The simple cop out would be to require all instantiations to specify explicit arguments. However, I felt this was too restrictive. Since JavaScript’s “native global objects” can be instantiated, code like this is all too common:
var d = new Date;
This introduces a tricky predicament. We didn’t want to prevent developers with a JavaScript code base from using JS++ without running a converter. There are corner cases where conversion is required, but if the syntax is in popular usage, we couldn’t (and shouldn’t) make a breaking change. However, I noticed a strange quirk in JavaScript:
function a(){ } new +a; // Uncaught SyntaxError: Unexpected token +
This happened for all the unary operators. Our lead engineer promptly looked up the ECMAScript specification, and it appears unary expressions are not allowed inside ‘new’ expressions. We were in luck. Problem solved. In JS++, as specified in the documentation, a type cast expression is a unary expression.

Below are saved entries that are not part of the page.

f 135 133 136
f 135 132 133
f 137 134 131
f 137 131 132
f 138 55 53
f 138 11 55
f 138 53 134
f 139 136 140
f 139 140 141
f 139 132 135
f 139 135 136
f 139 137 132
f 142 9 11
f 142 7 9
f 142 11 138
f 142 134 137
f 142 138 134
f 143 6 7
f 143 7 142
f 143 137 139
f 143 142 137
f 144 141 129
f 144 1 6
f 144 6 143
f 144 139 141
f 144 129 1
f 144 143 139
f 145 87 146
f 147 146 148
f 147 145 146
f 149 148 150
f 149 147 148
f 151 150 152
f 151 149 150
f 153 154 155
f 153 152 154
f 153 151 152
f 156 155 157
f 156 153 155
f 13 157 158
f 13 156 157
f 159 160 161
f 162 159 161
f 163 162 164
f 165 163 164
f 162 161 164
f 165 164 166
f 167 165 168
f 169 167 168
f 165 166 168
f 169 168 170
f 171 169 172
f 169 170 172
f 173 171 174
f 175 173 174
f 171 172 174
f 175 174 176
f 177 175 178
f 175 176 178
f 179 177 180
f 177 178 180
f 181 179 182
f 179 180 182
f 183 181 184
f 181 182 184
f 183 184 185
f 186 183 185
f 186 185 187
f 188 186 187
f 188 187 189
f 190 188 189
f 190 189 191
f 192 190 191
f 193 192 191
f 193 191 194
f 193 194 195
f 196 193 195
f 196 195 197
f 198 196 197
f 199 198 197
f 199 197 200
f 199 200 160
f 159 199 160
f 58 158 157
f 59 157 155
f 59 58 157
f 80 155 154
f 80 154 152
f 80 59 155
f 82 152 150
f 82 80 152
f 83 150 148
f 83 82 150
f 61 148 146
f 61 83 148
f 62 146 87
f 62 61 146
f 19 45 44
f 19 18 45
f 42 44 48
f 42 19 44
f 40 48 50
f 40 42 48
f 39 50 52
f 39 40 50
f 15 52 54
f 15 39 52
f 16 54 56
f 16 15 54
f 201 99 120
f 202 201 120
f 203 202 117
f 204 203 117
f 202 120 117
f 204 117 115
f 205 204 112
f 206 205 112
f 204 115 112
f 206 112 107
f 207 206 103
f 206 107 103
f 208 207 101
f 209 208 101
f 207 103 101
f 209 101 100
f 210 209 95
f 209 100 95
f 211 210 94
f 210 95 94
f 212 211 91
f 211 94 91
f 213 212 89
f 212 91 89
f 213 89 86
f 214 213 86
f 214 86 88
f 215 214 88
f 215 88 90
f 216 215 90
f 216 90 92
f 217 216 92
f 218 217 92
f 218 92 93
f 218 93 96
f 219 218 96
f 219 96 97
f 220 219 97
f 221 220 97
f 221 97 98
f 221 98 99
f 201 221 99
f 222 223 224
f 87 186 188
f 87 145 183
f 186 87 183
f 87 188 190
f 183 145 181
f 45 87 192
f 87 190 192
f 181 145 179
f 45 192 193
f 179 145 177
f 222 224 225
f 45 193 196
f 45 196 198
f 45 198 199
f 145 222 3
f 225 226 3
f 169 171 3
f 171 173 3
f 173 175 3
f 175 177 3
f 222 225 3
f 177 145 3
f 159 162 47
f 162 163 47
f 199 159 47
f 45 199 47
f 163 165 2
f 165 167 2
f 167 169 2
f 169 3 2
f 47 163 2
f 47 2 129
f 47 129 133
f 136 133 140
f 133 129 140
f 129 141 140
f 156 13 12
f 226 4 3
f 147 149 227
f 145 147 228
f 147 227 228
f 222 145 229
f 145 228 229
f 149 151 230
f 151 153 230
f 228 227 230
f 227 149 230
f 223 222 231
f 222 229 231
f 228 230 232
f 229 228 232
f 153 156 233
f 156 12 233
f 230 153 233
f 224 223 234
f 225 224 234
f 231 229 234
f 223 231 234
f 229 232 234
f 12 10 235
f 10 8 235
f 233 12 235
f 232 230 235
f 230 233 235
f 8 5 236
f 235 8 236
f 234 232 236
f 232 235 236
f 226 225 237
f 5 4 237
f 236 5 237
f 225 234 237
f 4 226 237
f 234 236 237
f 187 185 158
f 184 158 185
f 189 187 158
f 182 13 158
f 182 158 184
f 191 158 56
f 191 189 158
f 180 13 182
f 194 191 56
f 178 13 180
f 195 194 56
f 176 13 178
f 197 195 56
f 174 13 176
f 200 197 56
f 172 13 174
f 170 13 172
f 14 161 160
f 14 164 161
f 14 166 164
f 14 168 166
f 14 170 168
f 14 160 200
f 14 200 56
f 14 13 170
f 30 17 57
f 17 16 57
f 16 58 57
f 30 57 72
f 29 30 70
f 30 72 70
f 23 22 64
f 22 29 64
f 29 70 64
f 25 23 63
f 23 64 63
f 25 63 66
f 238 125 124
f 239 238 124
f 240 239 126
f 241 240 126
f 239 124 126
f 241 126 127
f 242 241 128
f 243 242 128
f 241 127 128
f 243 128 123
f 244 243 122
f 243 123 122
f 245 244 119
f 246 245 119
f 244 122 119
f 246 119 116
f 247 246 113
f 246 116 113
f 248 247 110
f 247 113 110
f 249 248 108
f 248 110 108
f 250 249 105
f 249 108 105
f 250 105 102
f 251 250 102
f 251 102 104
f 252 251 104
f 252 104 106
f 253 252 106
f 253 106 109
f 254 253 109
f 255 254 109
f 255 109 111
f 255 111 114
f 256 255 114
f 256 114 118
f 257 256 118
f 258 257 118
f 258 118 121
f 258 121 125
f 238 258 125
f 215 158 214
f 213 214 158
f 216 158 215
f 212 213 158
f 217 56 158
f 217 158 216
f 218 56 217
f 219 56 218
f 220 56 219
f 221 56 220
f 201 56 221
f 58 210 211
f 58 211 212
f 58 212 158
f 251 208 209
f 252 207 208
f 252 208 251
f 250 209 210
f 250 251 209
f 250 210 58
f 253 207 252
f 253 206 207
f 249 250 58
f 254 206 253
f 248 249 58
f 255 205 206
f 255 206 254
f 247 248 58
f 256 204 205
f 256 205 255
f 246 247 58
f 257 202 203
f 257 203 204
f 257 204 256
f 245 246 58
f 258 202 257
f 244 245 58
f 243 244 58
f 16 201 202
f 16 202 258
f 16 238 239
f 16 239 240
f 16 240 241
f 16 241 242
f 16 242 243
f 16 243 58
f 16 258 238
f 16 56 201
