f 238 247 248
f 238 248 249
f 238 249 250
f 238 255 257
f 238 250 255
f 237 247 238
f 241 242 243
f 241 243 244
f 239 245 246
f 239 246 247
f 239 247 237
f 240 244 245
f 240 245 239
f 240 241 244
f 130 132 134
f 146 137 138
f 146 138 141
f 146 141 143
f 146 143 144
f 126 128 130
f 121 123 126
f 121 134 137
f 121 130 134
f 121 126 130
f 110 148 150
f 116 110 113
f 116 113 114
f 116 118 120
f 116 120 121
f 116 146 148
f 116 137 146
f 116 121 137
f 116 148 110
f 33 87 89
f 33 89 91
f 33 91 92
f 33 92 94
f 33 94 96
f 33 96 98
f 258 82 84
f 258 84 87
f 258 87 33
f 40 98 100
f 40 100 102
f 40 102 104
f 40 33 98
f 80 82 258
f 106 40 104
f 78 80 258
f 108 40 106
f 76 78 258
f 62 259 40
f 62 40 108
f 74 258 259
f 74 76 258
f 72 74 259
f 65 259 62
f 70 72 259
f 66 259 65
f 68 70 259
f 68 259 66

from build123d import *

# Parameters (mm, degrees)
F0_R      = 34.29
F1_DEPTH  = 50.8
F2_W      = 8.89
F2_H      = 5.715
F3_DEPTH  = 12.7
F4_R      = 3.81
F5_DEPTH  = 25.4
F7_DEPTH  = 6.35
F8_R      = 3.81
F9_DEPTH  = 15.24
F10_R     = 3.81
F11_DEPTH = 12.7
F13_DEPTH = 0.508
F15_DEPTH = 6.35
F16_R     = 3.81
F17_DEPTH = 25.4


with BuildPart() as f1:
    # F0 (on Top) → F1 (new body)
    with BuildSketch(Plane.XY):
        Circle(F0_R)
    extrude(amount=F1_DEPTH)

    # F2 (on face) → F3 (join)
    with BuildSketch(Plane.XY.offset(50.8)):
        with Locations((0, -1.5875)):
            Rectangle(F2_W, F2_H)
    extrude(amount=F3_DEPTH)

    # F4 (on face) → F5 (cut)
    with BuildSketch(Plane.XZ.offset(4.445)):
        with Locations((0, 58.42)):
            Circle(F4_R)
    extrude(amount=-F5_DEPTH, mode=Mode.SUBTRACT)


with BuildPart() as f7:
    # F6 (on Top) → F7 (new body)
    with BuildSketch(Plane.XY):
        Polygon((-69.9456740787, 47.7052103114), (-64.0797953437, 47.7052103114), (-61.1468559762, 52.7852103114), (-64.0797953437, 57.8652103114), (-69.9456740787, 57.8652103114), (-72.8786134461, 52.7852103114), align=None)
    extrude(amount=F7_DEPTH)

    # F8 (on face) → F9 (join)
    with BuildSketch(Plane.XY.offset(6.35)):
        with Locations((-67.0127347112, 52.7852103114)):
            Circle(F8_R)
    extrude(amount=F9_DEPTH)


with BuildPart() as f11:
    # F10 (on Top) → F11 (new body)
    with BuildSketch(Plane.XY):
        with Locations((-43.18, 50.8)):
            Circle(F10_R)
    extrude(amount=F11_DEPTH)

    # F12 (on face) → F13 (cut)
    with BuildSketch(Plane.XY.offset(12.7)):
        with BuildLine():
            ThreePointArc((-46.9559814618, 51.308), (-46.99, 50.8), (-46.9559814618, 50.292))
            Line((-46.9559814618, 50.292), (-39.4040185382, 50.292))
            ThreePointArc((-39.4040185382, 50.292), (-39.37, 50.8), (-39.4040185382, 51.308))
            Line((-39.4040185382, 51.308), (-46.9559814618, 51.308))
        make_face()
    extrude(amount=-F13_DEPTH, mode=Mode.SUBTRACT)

Since we already disambiguated function calls vs. type casts, we had nothing else to worry about.
… And that’s how the type cast syntax came to JS++.
Conclusion
If done right, the GLR parsing strategy can be effective for introducing cleaner syntax. GLR parsing has its drawbacks and needs to be carefully considered with the rest of the language design and parser/compiler architecture. We hope this in-depth analysis provides greater insight to the internals of JS++ and enables you to better understand the nuances of the language.